Glukagon benzeri peptid 1 ( GLP-1) içeren ilaçların kullanımı hızla artıyor. Eğer bu ilaçlar piyasada kalıcı hale gelirse, insanların beslenme biçimini önemli şekilde değiştirebilir. Bu ilaçlar gıda israfını azaltma ve insanların satın aldığı toplam gıda miktarını büyük ölçüde düşürme potansiyeline sahip. O nedenle, gıda endüstrisi üzerindeki bazı baskılar azalabilir.

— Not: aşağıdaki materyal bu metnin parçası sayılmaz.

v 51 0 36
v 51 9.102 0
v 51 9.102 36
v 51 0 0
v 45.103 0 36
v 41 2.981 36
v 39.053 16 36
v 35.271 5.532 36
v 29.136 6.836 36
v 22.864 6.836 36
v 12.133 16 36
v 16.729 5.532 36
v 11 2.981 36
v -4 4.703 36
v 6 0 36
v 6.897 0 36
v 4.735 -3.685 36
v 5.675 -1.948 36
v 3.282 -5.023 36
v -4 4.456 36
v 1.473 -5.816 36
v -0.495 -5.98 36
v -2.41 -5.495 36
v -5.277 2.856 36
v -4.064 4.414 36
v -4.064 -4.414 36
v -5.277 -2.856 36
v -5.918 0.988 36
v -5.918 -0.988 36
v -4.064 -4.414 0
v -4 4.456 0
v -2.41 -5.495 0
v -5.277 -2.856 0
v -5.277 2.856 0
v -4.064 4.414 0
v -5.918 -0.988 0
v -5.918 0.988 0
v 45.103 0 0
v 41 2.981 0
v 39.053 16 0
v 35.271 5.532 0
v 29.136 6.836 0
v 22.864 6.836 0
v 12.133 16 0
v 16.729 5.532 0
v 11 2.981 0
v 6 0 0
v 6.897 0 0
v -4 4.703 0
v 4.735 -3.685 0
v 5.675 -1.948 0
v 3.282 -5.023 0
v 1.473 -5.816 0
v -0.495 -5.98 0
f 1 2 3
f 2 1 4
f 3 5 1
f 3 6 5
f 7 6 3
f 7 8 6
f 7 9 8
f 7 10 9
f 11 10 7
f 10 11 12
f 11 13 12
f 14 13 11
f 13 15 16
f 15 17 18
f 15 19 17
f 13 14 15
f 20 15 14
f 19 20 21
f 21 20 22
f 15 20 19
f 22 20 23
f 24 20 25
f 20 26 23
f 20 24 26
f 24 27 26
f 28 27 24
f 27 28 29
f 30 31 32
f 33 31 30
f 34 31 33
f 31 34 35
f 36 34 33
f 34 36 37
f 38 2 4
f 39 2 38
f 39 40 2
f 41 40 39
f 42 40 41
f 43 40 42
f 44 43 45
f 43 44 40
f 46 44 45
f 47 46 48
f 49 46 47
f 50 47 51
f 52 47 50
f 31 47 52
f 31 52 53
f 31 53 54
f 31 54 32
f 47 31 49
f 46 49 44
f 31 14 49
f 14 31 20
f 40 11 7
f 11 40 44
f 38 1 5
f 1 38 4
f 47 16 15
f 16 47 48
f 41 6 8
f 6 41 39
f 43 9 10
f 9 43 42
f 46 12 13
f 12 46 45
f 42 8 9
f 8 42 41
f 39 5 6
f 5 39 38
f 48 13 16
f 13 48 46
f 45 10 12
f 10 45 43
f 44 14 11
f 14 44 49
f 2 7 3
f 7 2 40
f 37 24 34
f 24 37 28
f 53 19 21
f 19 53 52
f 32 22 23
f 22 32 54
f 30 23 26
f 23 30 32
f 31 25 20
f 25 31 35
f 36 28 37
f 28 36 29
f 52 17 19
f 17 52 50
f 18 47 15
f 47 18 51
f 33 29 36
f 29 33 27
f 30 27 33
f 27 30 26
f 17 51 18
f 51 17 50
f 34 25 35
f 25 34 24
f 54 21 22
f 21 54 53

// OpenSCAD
//PINZAAAAAAAAA///////////////
union(){
difference(){
	union(){
		
	translate([-4,0,0])cube([55,16,36]);
	}

	translate([26,-23,-1])cylinder(r=30, h=38);
	translate([-20,-6.5,-1])rotate([0,0,35])cube([75,21,38]);
	translate([20,27,-1])rotate([0,0,-30])cube([75,21,38]);
	translate([0,0,-1])cylinder(r=1.5, h=38);


}
		cylinder(r=6, h=36);
}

GLP-1 ilaçları yeme alışkanlıklarını nasıl etkiliyor? İlaçların popülerliği Avrupa’ya yayılabilir mi? Gıda endüstrisi bu ilaçların yol açabileceği değişen tüketici ihtiyaçlarına nasıl yanıt verecek? Gelin bu soruların yanıtlarına birlikte bakalım…
GLP-1 ilaçlarının gıda endüstrisi üzerindeki potansiyel etkisi ne?Nottingham Üniversitesi Gıda Sistemleri Enstitüsü Direktörü Jack Bobo’ya göre GLP-1 ilaçları ABD’de tüketilen kaloriyi yaklaşık %10 oranında azaltma potansiyeline sahip. Bobo bu ayın başlarında Londra’da düzenlenen Future Food-Tech etkinliğindeki bir panelde yaptığı açıklamada, bunun satın alınan gıda miktarını ve dolayısıyla gıda israfını büyük ölçüde azaltabileceğini söyledi.
IFF küresel inovasyon pazarlama lideri Sonia Huppert’e göre ise, GLP-1 kullanıcıları GLP-1 kullanmayanlara kıyasla önemli ölçüde daha az yemek yiyor ve %6-9 daha az harcama yapıyor. Huppert, insanlar daha az yedikleri için protein gibi temel besin maddelerini atladıklarını ve bunun telafi edilmesi gerektiğini söylüyor.
Nestlé’nin küresel ürün ve teknoloji geliştirme başkanı ve ABD Ar-Ge başkanı Rania Abou Samra ise, “Tüm dünya henüz buna hazır değil, çünkü çok hızlı geliyor. Bu hastalar ve tüketiciler, kendileri için mevcut olan yiyecekleri yiyemedikleri, eskiden yedikleri ancak ilacın etkisi nedeniyle artık yiyemedikleri yiyecekleri durumlarla mücadele ediyor” dedi.
Ancak her şey tüketici için iyi değil. İlaç konusunda eğitime şiddetle ihtiyaç olduğu uyarısında bulunan Samra, “İlacı alıyorlar ve yan etkilerle nasıl başa çıkabilecekleri, vücutları üzerindeki olumsuz etkileri nasıl en aza indirebilecekleri, son derece hızlı bir şekilde kas kütlesi kaybı ve bunların üstesinden gelmek için ne yemeleri gerektiği konusunda yeterli bilgi verilmiyor” dedi ve tüketicilerin ilaç kullanırken ne yemeleri gerektiği konusunda eğitime ihtiyaçları olduğunu vurguladı.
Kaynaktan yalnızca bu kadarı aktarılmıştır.